Sunday, April 15, 2012

Drive

My finger taps on the steering wheel as I cruise down the street listening to some Eric Clapton on the radio. My mind begins wandering as I think about the weather and I fail to see the car ahead of me and in the lane next to me slow. A moment later the car shoots out in front of me, within inches of colliding. Adrenaline kicks in and I slam on the brakes and veer into the oncoming lane. I slam on the horn and the other driver pulls away leaving me angry and in the wrong lane. I get back onto my side of the road and fume angrily at the obviously incompetent other driver.
  I was pretty mad. I almost got in a serious collision because of them. It was almost all their fault... Now that I think about it I wonder why I felt so mad. They didn't hit me. They didn't yell at me. I may have been in their blind spot. It could have been my fault. What made me so angry? I think I know. I felt like I was disrespected. I didn't deserve that did I? What a stupid thing to get mad over. What do I deserve? I deserve what Christ endured for me on the cross. I deserve death; the wages of my sins. So what if that person hit me? Who cares? Well I would care and they might but really, how insignificant is that in the grand scheme of things? I feel like I have some kind of entitlement to being treated good when I honestly don't even deserve to live. I deserve death. Not only death, I deserve Hell. Hot, fiery, torturous Hell. I deserve all this yet I have life. Not a finite life; I have an everlasting life bought and paid for by my kindsman redeemer.
  I deserved to crash. I deserved to crash and die and go to Hell for my sins. I didn't crash. I was put off the path of my sins and set on a different course away from destruction. How did I respond? How do I respond? I responded not by thanking God for protecting me or wondering about the other driver. Is it a he or she? Are they saved? Are they struggling in their life? I assumed it was all about me and how i was wronged and how they need to pay for their sin against me.
  Wow.
  That's scary.
  Thank God Jesus came and saved from that behavior. As can be seen from today, that behavior manifests itself every now and then in me. I'm a sinner. That's what I do; sin. But thank God I don't need to be under the curse any more. My life is changed because he didn't give me what I deserve. He took what I deserved (death) and gave me that which I didn't deserve (life). Our God truly is awe-inspiring.
  I've heard the saying, "Drive defensively!" Bull... Drive offensively. I'm not talking about cars, I'm talking about your life. Drive through life looking for Christ in every situation. Take the offense and seek Him out. You'll be surprised how He shows Himself to you.

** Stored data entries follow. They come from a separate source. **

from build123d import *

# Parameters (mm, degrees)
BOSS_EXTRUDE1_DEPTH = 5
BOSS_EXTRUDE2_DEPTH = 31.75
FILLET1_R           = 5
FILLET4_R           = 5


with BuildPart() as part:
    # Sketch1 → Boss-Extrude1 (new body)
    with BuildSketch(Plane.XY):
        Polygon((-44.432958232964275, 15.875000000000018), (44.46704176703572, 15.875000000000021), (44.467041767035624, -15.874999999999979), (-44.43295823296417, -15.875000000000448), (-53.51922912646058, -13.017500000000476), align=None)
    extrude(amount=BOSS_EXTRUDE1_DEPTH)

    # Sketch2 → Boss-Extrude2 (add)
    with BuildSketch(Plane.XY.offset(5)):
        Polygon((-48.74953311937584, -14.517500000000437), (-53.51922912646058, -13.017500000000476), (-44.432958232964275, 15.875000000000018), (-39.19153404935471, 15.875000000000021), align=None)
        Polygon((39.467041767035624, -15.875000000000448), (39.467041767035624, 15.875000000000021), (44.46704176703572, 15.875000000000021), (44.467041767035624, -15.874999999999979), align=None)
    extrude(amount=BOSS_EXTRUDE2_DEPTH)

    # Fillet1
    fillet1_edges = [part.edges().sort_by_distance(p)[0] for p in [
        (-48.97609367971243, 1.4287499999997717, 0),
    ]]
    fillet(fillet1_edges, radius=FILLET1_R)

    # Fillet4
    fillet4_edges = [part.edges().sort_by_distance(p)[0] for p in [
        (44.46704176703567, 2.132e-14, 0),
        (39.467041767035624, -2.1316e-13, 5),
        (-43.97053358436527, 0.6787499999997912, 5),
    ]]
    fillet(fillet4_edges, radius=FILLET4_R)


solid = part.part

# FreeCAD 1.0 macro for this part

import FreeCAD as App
import Part
import Sketcher
Q = App.Units.Quantity


def edges_at(feature, points):
    """Names of the edges that pass closest to the given points."""
    edges = feature.Shape.Edges
    near = lambda p: min(range(len(edges)), key=lambda i: edges[i].distToShape(Part.Vertex(*p))[0])
    return sorted({f"Edge{near(p) + 1}" for p in points})


def add_polygon(sketch, points):
    """Adds a closed chain of lines whose ends are joined by coincident constraints."""
    first, n = sketch.GeometryCount, len(points)
    for a, b in zip(points, points[1:] + points[:1]):
        sketch.addGeometry(Part.LineSegment(App.Vector(*a, 0), App.Vector(*b, 0)), False)
    for i in range(n):
        sketch.addConstraint(Sketcher.Constraint("Coincident", first + i, 2, first + (i + 1) % n, 1))

doc = App.newDocument("Part")
params = doc.addObject("Spreadsheet::Sheet", "Params")
for row, (alias, value) in enumerate([
    ("sketch1_width", "3.5 in"),
    ("sketch1_height", "1.25 in"),
    ("sketch1_length", "0.375 in"),
    ("pad1_length", "5 mm"),
    ("sketch2_height", "1.25 in"),
    ("pad2_length", "1.25 in"),
    ("fillet_radius", "5 mm"),
    ("fillet2_radius", "5 mm"),
], start=1):
    params.set(f"A{row}", alias)
    params.set(f"B{row}", "=" + value)
    params.setAlias(f"B{row}", alias)

body = doc.addObject("PartDesign::Body", "Body")

# Sketch on XY plane
sketch1 = doc.addObject("Sketcher::SketchObject", "Sketch")
body.addObject(sketch1)
sketch1.AttachmentSupport = (doc.XY_Plane, [""])
sketch1.MapMode = "FlatFace"
add_polygon(sketch1, [(44, 16), (-44, 16), (-54, -13), (-44, -16), (44, -16)])  # lines 0-4
sketch1.addConstraint(Sketcher.Constraint("Horizontal", 0))
sketch1.addConstraint(Sketcher.Constraint("Horizontal", 3))
sketch1.addConstraint(Sketcher.Constraint("Vertical", 4))
sketch1.addConstraint(Sketcher.Constraint("Symmetric", 0, 2, 2, 2, -1))
sketch1.addConstraint(Sketcher.Constraint("Perpendicular", 1, 2))
sketch1.addConstraint(Sketcher.Constraint("DistanceX", 0, 2, 0, 1, Q("3.5 in")))
sketch1.addConstraint(Sketcher.Constraint("DistanceY", 4, 1, 4, 2, Q("1.25 in")))
sketch1.addConstraint(Sketcher.Constraint("Distance", 2, Q("0.375 in")))
sketch1.addConstraint(Sketcher.Constraint("DistanceX", 0, 2, -1, 1, 44.432958))
sketch1.setExpression("Constraints[10]", "Params.sketch1_width")
sketch1.setExpression("Constraints[11]", "Params.sketch1_height")
sketch1.setExpression("Constraints[12]", "Params.sketch1_length")
pad1 = doc.addObject("PartDesign::Pad", "Pad")
body.addObject(pad1)
pad1.Profile = sketch1
pad1.setExpression("Length", "Params.pad1_length")

# Sketch on XY plane
sketch2 = doc.addObject("Sketcher::SketchObject", "Sketch001")
body.addObject(sketch2)
sketch2.AttachmentSupport = (doc.XY_Plane, [""])
sketch2.MapMode = "FlatFace"
sketch2.AttachmentOffset = App.Placement(App.Vector(0, 0, 5), App.Rotation())
add_polygon(sketch2, [(-53.5, -13), (-48.7, -14.5), (-39.2, 15.9), (-44.4, 15.9)])  # lines 0-3
add_polygon(sketch2, [(39.5, 15.9), (39.5, -15.9), (44.5, -15.9), (44.5, 15.9)])  # lines 4-7
sketch2.addConstraint(Sketcher.Constraint("Horizontal", 2))
sketch2.addConstraint(Sketcher.Constraint("Vertical", 4))
sketch2.addConstraint(Sketcher.Constraint("Horizontal", 5))
sketch2.addConstraint(Sketcher.Constraint("Vertical", 6))
sketch2.addConstraint(Sketcher.Constraint("Horizontal", 7))
sketch2.addConstraint(Sketcher.Constraint("Perpendicular", 0, 1))
sketch2.addConstraint(Sketcher.Constraint("Parallel", 1, 3))
sketch2.addConstraint(Sketcher.Constraint("Horizontal", 2, 2, 6, 2))
sketch2.addConstraint(Sketcher.Constraint("DistanceY", 4, 2, 4, 1, Q("1.25 in")))
sketch2.addConstraint(Sketcher.Constraint("DistanceX", 2, 2, 5, 2, Q("3.5 in")))
sketch2.addConstraint(Sketcher.Constraint("DistanceY", -1, 1, 1, 2, Q("0.625 in")))
sketch2.addConstraint(Sketcher.Constraint("DistanceX", 5, 1, 5, 2, 5.0))
sketch2.addConstraint(Sketcher.Constraint("DistanceY", 3, 2, -1, 1, Q("0.5125 in")))
sketch2.addConstraint(Sketcher.Constraint("Distance", 0, 5.0))
sketch2.addConstraint(Sketcher.Constraint("DistanceY", 0, 2, -1, 1, 14.5175))
sketch2.addConstraint(Sketcher.Constraint("DistanceX", 2, 2, -1, 1, 44.432958))
sketch2.setExpression("Constraints[16]", "Params.sketch2_height")
pad2 = doc.addObject("PartDesign::Pad", "Pad001")
body.addObject(pad2)
pad2.Profile = sketch2
pad2.setExpression("Length", "Params.pad2_length")
doc.recompute()

fillet = doc.addObject("PartDesign::Fillet", "Fillet")
body.addObject(fillet)
fillet.Base = (pad2, edges_at(pad2, [(-48.976, 1.429, 0)]))
fillet.setExpression("Radius", "Params.fillet_radius")
doc.recompute()

fillet2 = doc.addObject("PartDesign::Fillet", "Fillet001")
body.addObject(fillet2)
fillet2.Base = (fillet, edges_at(fillet, [(44.467, 0, 0), (39.467, 0, 5), (-43.971, 0.679, 5)]))
fillet2.setExpression("Radius", "Params.fillet2_radius")

doc.recompute()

Saturday, January 28, 2012

After Darkness; Light

I read a book recently about John Calvin. Wow... what an amazing guy. When I say amazing I mean flat out, full throttle, Gospel preaching amazing. He was basically the superman of all preachers. There's a story where John Calvin was being hunted in Paris as a heretic by King Francis' men. The story goes that the men tracked down Calvin and were in hot pursuit when Calvin dodged them with some of his James Bond-ish moves. He changed out of his scholar's robes, threw on some ragged farming clothes, threw a hoe over his shoulder and walked straight past his pursuers. They didn''t recognize him and he escaped with ease.
    Not only was he a savvy traveler, he was also a fearless preacher. On several occasions he had to be guarded by friends and rushed out of town for his own protection. During one of his sermons in Geneva a group of men armed to the teeth with swords and daggers rushed the pulpit in an attempt to kill him. Some of Calvin's quick thinking friends circled him and made a human barrier to protect their minister. He didn't care about his own safety or health, he was going to preach. Calvin suffered from illnesses his entire life and even on his deathbed refused to stop blessing God and praying for his congregation. I mean, here was a man who knew pain and suffering. His friends were burned at the stake and he was hunted almost his entire life. He watched as his children fell ill and died, shortly followed by his wife and he still praised God. Does anyone else think this sounds a little like Job's trials?
   Geneva's city motto is, 'After Darkness; Light'. This phrase not only summarizes Geneva's history, it describes the entire Protestant Reformation. The darkness of the Roman Catholic church's heresy was sick and blasphemous, but as we've seen throughout history, God uses imperfect men to carry out His perfect plan. How much greater was the Reformation because of this sin? How much lighter is a candle when it sits in a dark room? Christ charges us to be the light of the world. What are we waiting for?